With Access Manager, enterprises can ensure secure access to applications, both on the intranet and the extranet. In addition, enterprises can implement Single Sign-on (SSO), a cost-effective security solution that streamlines user experience. In a federated identity framework, linking various user accounts to the authoritative account with open standards makes SSO integration between applications simple and straightforward.

This article offers best-practice tips on how to efficiently integrate applications with Access Manager and implement SSO in three environments:

• Non-federated
• Cross-domain
• Federated with the Liberty implementation of Access Manager

To better understand this article, you should be familiar with Access Manager and its components. For details, see the product documentation.

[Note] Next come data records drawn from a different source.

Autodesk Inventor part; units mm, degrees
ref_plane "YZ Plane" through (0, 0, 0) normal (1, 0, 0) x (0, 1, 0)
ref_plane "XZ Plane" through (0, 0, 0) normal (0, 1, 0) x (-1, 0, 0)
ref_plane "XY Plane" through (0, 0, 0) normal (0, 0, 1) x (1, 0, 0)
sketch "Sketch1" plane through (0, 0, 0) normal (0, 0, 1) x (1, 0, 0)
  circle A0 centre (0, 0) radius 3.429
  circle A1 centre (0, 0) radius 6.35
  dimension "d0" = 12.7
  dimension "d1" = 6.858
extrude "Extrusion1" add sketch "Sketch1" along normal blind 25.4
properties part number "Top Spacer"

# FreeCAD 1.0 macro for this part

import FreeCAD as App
import Part
import Sketcher

V = App.Vector
Q = App.Units.Quantity

doc = App.newDocument("Part")
body = doc.addObject("PartDesign::Body", "Body")

# Sketch on XY plane
sketch1 = body.newObject("Sketcher::SketchObject", "Sketch")
sketch1.AttachmentSupport = (doc.getObject("XY_Plane"), [""])
sketch1.MapMode = "FlatFace"
sketch1.addGeometry([
    Part.Circle(V(0, 0, 0), V(0, 0, 1), 6.35),
    Part.Circle(V(0, 0, 0), V(0, 0, 1), 3.429),
], False)
sketch1.addConstraint([
    Sketcher.Constraint("Coincident", 0, 3, -1, 1),
    Sketcher.Constraint("Coincident", 1, 3, -1, 1),
    Sketcher.Constraint("Diameter", 0, Q("0.5 in")),
    Sketcher.Constraint("Diameter", 1, Q("0.27 in")),
])
pad1 = body.newObject("PartDesign::Pad", "Pad")
pad1.Profile = sketch1
pad1.Length = Q("1 in")

doc.recompute()
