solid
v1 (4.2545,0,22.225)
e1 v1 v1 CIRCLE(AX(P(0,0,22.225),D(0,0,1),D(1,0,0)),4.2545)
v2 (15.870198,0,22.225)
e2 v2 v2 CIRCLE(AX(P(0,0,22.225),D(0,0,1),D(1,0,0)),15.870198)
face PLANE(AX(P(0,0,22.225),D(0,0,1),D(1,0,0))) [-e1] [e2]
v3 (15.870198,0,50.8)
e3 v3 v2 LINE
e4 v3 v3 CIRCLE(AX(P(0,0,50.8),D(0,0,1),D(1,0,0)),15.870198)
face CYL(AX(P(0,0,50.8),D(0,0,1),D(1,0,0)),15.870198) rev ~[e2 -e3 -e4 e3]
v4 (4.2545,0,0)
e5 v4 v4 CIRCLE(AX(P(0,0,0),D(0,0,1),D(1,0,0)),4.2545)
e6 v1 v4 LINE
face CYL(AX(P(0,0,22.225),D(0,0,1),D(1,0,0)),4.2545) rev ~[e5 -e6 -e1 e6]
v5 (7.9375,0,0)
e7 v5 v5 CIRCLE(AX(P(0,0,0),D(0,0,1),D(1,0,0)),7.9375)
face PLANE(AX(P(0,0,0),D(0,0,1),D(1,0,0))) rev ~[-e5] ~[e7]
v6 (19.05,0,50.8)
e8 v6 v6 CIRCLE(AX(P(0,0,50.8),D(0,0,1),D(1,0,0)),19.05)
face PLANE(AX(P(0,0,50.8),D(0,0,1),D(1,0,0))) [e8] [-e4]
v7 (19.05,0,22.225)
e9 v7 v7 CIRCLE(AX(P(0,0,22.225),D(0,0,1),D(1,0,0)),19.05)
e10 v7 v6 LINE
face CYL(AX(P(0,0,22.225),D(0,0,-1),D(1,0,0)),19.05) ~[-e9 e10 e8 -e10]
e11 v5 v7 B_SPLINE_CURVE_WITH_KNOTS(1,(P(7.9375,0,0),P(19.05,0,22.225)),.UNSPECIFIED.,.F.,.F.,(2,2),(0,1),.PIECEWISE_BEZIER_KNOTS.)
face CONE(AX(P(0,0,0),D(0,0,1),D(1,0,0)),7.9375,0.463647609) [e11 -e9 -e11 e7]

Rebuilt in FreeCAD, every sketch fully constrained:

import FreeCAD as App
import Part
import Sketcher

V = App.Vector
Q = App.Units.Quantity

doc = App.newDocument("Part")
body = doc.addObject("PartDesign::Body", "Body")

sketch1 = doc.addObject("Sketcher::SketchObject", "Sketch")
body.addObject(sketch1)
sketch1.AttachmentSupport = (doc.XY_Plane, [""])
sketch1.MapMode = "FlatFace"
sketch1.addGeometry(Part.Circle(V(0, 0, 0), V(0, 0, 1), 8), False)
sketch1.addConstraint(Sketcher.Constraint("Coincident", 0, 3, -1, 1))
sketch1.addConstraint(Sketcher.Constraint("Diameter", 0, Q("0.625 in")))

sketch2 = doc.addObject("Sketcher::SketchObject", "Sketch001")
body.addObject(sketch2)
sketch2.AttachmentSupport = (doc.XY_Plane, [""])
sketch2.MapMode = "FlatFace"
sketch2.AttachmentOffset = App.Placement(V(0, 0, 0.875 * 25.4), App.Rotation())
sketch2.addGeometry(Part.Circle(V(0, 0, 0), V(0, 0, 1), 19), False)
sketch2.addConstraint(Sketcher.Constraint("Coincident", 0, 3, -1, 1))
sketch2.addConstraint(Sketcher.Constraint("Diameter", 0, Q("1.5 in")))

additiveloft = doc.addObject("PartDesign::AdditiveLoft", "AdditiveLoft")
body.addObject(additiveloft)
additiveloft.Profile = sketch1
additiveloft.Sections = [sketch2]

sketch3 = doc.addObject("Sketcher::SketchObject", "Sketch002")
body.addObject(sketch3)
sketch3.AttachmentSupport = (doc.XY_Plane, [""])
sketch3.MapMode = "FlatFace"
sketch3.AttachmentOffset = App.Placement(V(0, 0, 0.875 * 25.4), App.Rotation())
sketch3.addGeometry(Part.Circle(V(0, 0, 0), V(0, 0, 1), 4.3), False)
sketch3.addConstraint(Sketcher.Constraint("Coincident", 0, 3, -1, 1))
sketch3.addConstraint(Sketcher.Constraint("Diameter", 0, Q("0.335 in")))
pocket1 = doc.addObject("PartDesign::Pocket", "Pocket")
body.addObject(pocket1)
pocket1.Profile = sketch3
pocket1.Length = Q("0.875 in")

sketch4 = doc.addObject("Sketcher::SketchObject", "Sketch003")
body.addObject(sketch4)
sketch4.AttachmentSupport = (doc.XY_Plane, [""])
sketch4.MapMode = "FlatFace"
sketch4.AttachmentOffset = App.Placement(V(0, 0, 0.875 * 25.4), App.Rotation())
sketch4.addGeometry(Part.Circle(V(0, 0, 0), V(0, 0, 1), 19), False)
sketch4.addConstraint(Sketcher.Constraint("Coincident", 0, 3, -1, 1))
sketch4.addConstraint(Sketcher.Constraint("Diameter", 0, Q("1.5 in")))
pad1 = doc.addObject("PartDesign::Pad", "Pad")
body.addObject(pad1)
pad1.Profile = sketch4
pad1.Length = Q("1.125 in")

sketch5 = doc.addObject("Sketcher::SketchObject", "Sketch004")
body.addObject(sketch5)
sketch5.AttachmentSupport = (doc.XY_Plane, [""])
sketch5.MapMode = "FlatFace"
sketch5.AttachmentOffset = App.Placement(V(0, 0, 2 * 25.4), App.Rotation())
sketch5.addGeometry(Part.Circle(V(0, 0, 0), V(0, 0, 1), 16), False)
sketch5.addConstraint(Sketcher.Constraint("Coincident", 0, 3, -1, 1))
sketch5.addConstraint(Sketcher.Constraint("Diameter", 0, Q("31.740396 mm")))
pocket2 = doc.addObject("PartDesign::Pocket", "Pocket001")
body.addObject(pocket2)
pocket2.Profile = sketch5
pocket2.Length = Q("1.125 in")

doc.recompute()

Single Sign-On (SSO) is the means of passing users' credentials between applications without users having to authenticate each time they access another application--in essence a mechanism to seamlessly identify users across various identity domains. This section describes the aspects you must consider in enabling SSO with Access Manager and discusses a number of best practices.

Robust applications usually provide mechanisms for integration with external authentication and authoritative sources. With Access Manager, you can achieve SSO in many ways; deciding which one to pick depends on how to best integrate your applications.

You can obtain user credentials with or without policy agents, as follows:

• Install a policy agent to protect the application and then pass the HTTP_HEADER and REMOTE_USER variables to the application so as to capture the user credentials. You may or may not need a custom authentication module.
  
  
• Customize the application's authentication module to create an SSO token (SSOToken) either from the request object or from the SSO cookie. Afterwards, retrieve the user credentials via SSO APIs and then create a session using the application's APIs.

Authentication is the process of validating user credentials, usually user IDs accompanied by their associated passwords. Observe the following practices:

• Use the Access Manager policy agents to protect the application URL. These agents support numerous Web servers and application servers that are available in the market today.
  
  
• Let Access Manager--along with Directory Server--be the authoritative source for authentication and adopt the provisioning solution from Sun Java System Identity Manager. The protected application would simply redirect user requests to Access Manager for authentication.

You can authenticate users with Access Manager in either of these two ways:

• Use the policy agent to insert HTTP header variables into the request object--a means that functions for Web applications only. The benefit: Applications can authenticate through Access Manager with minimal (if any) changes to the code.
  
  
• Use authentication APIs bundled as part of the Software Development Kit (SDK) to validate and retrieve user identities--a means that can be employed by both Web and non-Web applications. The benefit: Security is then ensured.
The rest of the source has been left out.